Using the records below, quote only the span that opens with the line containing "chamfer(chamfer1_edges, length=CHAMFER1_SIZE)" and closes with the line containing "# FreeCAD 1.0 macro for this part", exactly and inclusively.

(Data records)

........

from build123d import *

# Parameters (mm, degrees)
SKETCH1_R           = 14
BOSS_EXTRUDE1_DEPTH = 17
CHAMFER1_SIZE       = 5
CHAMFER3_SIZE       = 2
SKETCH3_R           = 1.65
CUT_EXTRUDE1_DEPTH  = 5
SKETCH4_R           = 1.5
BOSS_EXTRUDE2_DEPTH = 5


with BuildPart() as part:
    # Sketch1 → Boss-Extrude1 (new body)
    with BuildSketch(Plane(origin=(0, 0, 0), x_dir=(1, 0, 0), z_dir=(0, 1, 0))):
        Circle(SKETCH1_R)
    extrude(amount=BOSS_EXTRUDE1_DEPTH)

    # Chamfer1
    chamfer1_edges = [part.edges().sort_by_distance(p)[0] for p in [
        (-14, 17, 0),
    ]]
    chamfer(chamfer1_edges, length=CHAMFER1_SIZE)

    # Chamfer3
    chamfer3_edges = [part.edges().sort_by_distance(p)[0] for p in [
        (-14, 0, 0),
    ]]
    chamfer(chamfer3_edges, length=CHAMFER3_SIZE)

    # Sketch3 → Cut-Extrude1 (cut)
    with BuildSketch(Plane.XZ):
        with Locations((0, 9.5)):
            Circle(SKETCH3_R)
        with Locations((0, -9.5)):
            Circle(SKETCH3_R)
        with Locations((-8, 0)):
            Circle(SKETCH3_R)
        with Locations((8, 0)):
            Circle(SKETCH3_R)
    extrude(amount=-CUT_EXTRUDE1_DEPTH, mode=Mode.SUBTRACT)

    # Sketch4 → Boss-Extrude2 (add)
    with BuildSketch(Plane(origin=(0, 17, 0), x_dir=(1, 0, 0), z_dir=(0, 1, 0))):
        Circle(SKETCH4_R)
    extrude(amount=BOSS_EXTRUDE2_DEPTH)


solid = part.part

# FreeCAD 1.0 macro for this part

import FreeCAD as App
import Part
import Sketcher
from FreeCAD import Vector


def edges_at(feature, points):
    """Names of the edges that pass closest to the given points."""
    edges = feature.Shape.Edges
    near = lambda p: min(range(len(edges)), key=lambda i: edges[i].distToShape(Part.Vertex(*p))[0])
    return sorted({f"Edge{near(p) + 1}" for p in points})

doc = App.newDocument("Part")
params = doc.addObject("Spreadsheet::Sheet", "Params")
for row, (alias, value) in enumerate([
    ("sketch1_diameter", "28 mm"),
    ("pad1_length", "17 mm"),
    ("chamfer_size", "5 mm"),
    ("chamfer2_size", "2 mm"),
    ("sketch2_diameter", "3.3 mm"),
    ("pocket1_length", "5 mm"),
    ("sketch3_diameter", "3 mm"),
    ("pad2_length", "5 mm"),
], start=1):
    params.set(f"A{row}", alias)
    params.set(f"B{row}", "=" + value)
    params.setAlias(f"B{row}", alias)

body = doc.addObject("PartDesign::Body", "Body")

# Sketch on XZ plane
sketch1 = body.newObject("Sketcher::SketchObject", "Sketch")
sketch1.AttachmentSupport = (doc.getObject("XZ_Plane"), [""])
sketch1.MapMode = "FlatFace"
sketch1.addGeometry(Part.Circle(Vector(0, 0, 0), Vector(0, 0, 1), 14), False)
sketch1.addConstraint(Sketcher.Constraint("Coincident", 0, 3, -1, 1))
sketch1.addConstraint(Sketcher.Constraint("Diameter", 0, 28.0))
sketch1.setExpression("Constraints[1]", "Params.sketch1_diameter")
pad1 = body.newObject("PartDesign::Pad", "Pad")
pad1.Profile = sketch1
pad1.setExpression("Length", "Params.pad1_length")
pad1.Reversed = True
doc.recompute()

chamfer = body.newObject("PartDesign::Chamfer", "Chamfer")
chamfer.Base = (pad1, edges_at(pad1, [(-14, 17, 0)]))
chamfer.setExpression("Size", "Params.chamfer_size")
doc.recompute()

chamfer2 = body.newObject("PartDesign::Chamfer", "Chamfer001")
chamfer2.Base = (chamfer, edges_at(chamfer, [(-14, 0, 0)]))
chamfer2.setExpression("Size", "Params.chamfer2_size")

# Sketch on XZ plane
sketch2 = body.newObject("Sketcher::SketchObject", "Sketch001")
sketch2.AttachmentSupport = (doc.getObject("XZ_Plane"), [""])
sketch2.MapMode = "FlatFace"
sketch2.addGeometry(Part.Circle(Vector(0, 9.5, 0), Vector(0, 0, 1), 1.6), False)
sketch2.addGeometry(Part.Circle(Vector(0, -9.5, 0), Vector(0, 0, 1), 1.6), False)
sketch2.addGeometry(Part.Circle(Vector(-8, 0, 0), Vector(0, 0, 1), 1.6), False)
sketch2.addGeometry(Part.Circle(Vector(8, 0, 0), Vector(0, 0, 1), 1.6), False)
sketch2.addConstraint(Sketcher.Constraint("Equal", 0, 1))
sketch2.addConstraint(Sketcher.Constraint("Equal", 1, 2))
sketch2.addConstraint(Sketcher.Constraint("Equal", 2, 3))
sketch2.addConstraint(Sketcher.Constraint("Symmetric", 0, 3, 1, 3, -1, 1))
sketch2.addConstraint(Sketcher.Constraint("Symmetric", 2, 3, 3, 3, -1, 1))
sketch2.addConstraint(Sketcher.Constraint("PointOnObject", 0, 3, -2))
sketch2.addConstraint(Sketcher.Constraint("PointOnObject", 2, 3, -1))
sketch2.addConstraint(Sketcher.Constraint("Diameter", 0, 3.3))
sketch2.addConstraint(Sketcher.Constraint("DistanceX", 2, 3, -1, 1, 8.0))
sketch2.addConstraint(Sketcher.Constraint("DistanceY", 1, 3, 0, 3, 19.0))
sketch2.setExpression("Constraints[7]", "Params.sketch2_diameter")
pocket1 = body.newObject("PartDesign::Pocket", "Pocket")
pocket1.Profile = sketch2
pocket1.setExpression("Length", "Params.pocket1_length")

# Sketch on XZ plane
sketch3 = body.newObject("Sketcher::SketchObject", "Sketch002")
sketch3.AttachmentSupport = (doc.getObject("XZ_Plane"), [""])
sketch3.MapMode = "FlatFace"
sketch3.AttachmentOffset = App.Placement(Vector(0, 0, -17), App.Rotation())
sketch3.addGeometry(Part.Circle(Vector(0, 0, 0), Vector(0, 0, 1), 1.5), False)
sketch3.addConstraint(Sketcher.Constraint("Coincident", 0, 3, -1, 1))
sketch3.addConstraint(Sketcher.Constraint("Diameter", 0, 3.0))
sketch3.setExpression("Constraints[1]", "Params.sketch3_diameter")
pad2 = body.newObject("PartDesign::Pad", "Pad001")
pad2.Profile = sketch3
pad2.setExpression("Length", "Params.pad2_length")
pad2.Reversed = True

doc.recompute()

........

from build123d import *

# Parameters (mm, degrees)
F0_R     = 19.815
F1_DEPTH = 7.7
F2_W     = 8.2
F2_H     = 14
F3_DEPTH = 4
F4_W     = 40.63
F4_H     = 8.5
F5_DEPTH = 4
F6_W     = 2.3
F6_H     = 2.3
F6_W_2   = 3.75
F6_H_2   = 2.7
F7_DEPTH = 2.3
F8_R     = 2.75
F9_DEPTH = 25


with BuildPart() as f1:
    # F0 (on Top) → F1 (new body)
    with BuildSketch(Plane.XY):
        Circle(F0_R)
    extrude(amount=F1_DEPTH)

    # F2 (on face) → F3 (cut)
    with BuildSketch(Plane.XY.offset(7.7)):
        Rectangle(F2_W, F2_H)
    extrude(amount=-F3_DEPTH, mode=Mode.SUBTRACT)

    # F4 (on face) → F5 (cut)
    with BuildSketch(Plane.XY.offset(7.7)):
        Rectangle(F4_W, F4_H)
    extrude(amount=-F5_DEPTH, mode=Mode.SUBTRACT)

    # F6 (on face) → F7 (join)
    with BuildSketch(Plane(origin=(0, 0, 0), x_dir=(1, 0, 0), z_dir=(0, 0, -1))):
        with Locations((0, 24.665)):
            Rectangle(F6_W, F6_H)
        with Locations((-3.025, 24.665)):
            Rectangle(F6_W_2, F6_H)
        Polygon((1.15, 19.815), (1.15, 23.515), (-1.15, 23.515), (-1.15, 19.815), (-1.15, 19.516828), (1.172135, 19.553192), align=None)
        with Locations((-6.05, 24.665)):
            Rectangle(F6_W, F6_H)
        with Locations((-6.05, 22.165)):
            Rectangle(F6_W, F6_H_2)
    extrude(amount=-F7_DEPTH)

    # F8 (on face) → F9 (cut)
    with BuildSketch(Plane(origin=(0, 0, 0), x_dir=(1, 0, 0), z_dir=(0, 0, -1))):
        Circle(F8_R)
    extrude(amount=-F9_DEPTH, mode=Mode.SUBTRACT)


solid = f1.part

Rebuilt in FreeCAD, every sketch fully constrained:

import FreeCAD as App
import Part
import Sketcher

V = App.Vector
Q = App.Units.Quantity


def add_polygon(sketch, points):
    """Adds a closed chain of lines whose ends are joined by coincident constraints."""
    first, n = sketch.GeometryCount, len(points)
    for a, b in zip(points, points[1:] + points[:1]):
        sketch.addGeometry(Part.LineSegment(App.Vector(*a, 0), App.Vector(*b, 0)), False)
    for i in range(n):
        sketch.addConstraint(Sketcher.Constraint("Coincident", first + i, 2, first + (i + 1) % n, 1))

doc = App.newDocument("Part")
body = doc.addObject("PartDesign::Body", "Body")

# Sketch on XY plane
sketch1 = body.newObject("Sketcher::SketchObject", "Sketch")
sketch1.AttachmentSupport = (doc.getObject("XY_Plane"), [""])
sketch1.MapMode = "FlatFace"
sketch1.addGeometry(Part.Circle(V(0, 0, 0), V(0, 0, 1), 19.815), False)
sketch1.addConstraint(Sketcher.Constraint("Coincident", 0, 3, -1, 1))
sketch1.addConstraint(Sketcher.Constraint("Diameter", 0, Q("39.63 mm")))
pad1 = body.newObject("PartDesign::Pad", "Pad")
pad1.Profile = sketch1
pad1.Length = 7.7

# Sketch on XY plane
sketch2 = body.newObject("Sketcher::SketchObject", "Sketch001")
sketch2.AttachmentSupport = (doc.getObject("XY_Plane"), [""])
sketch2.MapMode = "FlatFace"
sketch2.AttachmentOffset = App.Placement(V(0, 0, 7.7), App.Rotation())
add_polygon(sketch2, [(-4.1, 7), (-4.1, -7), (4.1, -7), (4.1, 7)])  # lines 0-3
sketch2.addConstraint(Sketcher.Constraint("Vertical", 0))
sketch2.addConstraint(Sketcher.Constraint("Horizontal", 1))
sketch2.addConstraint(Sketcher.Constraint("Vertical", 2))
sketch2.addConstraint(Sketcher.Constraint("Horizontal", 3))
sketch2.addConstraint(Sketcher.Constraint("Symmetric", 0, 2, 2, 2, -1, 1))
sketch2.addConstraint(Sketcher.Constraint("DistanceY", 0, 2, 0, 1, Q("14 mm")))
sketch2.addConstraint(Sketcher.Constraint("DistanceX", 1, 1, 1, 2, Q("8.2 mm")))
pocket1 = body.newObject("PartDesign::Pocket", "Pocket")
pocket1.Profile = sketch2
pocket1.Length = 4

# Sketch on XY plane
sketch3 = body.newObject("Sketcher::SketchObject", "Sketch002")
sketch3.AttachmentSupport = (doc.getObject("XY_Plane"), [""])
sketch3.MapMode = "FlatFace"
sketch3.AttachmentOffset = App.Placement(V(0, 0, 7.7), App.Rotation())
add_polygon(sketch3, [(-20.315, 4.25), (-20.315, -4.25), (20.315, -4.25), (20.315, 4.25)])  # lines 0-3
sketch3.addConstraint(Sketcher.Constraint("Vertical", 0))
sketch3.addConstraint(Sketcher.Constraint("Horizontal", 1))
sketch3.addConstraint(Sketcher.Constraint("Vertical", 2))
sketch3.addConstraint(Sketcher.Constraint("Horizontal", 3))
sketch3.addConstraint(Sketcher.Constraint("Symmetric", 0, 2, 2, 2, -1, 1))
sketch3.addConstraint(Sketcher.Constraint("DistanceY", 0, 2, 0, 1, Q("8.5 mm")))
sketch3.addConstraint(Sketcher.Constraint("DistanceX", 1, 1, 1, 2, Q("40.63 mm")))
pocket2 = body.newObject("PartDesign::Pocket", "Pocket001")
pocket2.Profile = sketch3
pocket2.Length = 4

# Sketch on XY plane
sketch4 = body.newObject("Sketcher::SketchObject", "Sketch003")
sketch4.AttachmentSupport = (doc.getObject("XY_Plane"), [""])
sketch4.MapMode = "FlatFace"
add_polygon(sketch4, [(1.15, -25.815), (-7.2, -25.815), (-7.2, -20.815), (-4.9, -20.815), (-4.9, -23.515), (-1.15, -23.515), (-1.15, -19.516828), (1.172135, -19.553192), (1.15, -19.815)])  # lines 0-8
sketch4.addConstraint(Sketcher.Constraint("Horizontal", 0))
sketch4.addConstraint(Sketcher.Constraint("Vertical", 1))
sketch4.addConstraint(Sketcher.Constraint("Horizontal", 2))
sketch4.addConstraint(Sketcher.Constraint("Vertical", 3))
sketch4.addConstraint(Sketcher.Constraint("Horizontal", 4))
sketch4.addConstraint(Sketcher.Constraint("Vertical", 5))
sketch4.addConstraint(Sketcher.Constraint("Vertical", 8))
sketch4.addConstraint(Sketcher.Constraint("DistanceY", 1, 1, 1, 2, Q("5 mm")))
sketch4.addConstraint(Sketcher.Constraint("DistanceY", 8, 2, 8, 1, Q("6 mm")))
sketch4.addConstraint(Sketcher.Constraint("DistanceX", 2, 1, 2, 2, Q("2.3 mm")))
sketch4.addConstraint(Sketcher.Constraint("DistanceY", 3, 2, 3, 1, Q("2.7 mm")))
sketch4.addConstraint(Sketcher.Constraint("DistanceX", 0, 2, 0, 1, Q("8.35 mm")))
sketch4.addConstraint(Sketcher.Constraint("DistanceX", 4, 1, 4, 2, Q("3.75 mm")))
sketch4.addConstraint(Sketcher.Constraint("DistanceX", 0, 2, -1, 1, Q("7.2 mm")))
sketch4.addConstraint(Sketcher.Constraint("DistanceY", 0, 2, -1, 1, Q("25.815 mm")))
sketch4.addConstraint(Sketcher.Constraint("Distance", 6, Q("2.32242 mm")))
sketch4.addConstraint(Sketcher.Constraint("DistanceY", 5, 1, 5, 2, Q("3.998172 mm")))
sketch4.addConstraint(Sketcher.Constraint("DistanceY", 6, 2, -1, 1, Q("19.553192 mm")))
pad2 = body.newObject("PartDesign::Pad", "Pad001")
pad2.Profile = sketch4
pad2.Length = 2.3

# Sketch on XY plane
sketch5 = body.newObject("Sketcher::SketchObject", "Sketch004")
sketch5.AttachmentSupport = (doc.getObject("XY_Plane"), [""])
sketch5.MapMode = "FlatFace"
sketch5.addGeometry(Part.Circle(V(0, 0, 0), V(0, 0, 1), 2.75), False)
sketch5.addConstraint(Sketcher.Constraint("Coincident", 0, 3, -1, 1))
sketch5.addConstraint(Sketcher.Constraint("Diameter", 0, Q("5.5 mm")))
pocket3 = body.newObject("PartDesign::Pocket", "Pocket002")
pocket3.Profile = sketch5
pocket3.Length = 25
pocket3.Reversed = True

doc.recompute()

........

* Answer to this exercise
    chamfer(chamfer1_edges, length=CHAMFER1_SIZE)

    # Chamfer3
    chamfer3_edges = [part.edges().sort_by_distance(p)[0] for p in [
        (-14, 0, 0),
    ]]
    chamfer(chamfer3_edges, length=CHAMFER3_SIZE)

    # Sketch3 → Cut-Extrude1 (cut)
    with BuildSketch(Plane.XZ):
        with Locations((0, 9.5)):
            Circle(SKETCH3_R)
        with Locations((0, -9.5)):
            Circle(SKETCH3_R)
        with Locations((-8, 0)):
            Circle(SKETCH3_R)
        with Locations((8, 0)):
            Circle(SKETCH3_R)
    extrude(amount=-CUT_EXTRUDE1_DEPTH, mode=Mode.SUBTRACT)

    # Sketch4 → Boss-Extrude2 (add)
    with BuildSketch(Plane(origin=(0, 17, 0), x_dir=(1, 0, 0), z_dir=(0, 1, 0))):
        Circle(SKETCH4_R)
    extrude(amount=BOSS_EXTRUDE2_DEPTH)


solid = part.part

# FreeCAD 1.0 macro for this part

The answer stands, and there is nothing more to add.